A fruit cluster may contain 75 to 300 fruits and weigh 12 kilograms. Each trunk
produces about 7 bunches at the principal harvest and 3 at a secondary harvest.
Since 4 or 5 trunks are generally permitted to grow from each clump, the average
yield is about 90 kg per year, which with a spacing of 100 clumps per hectare
would indicate a potential of 9,000 kg/ha. Duke (1978) reported 3,500 kg/ha.
Labor cost for harvesting fruit is about 11.4% the total value of the crop.
Although grown in southern Central America and northern South America, pejibaye
is not extensively cultivated.
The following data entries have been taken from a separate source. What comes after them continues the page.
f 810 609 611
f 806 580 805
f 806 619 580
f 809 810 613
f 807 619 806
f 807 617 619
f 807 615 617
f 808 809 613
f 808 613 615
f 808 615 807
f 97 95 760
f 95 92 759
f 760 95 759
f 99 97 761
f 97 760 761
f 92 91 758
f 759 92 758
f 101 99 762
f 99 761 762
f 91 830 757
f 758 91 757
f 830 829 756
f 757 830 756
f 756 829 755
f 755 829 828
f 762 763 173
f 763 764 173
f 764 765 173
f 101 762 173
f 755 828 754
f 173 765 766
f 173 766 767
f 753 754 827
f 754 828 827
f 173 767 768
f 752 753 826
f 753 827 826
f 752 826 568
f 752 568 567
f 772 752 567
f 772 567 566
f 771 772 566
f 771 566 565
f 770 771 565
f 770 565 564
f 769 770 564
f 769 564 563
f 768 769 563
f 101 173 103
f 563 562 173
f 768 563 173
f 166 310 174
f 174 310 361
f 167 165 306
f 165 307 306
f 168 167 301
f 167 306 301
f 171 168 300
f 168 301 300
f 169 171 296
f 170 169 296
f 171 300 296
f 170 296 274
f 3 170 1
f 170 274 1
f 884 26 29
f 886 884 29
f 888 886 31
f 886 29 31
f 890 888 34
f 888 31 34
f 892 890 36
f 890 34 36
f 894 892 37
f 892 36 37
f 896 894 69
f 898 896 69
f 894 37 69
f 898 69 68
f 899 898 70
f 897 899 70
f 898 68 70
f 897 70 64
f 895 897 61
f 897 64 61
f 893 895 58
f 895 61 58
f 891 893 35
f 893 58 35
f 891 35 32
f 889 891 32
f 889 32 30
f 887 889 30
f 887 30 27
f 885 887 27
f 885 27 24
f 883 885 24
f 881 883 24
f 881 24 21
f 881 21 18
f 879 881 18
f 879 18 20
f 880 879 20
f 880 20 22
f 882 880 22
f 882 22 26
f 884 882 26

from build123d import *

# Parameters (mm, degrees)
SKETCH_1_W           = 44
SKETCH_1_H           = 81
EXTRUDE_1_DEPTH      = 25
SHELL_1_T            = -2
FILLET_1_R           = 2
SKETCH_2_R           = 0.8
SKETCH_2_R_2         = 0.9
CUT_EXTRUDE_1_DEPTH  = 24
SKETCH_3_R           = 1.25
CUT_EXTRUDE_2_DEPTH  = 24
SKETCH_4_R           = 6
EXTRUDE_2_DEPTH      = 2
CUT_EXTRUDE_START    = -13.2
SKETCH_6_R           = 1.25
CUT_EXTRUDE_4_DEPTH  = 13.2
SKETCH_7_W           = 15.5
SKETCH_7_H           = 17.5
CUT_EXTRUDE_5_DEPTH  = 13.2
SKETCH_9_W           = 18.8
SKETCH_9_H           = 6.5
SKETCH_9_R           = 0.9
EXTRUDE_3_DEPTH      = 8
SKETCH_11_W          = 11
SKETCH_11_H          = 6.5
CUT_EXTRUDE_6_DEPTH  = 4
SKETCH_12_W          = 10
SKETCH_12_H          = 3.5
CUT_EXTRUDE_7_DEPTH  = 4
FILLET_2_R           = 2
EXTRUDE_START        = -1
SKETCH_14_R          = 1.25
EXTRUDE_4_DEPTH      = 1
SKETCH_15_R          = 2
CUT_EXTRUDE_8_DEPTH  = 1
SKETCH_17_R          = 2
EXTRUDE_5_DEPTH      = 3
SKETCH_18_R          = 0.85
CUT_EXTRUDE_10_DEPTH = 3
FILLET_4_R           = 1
There is much variability in the nutritional
components of the fruit; the red fruited variety contains the highest amount of
carotene. Some trees are found that produce a reddish oil on boiling which is
believed to be rich in carotene. Breeding should point to spineless trees,
bearing seedless fruit with a high carotene content. This would make the crop
more acceptable to the prospective grower and more nutritious and palatable to
the consumer. Palm heart yields of 1.2 MT/ha are reported in Brazil, 2 MT in
Costa Rica, where palm hearts are larger in general.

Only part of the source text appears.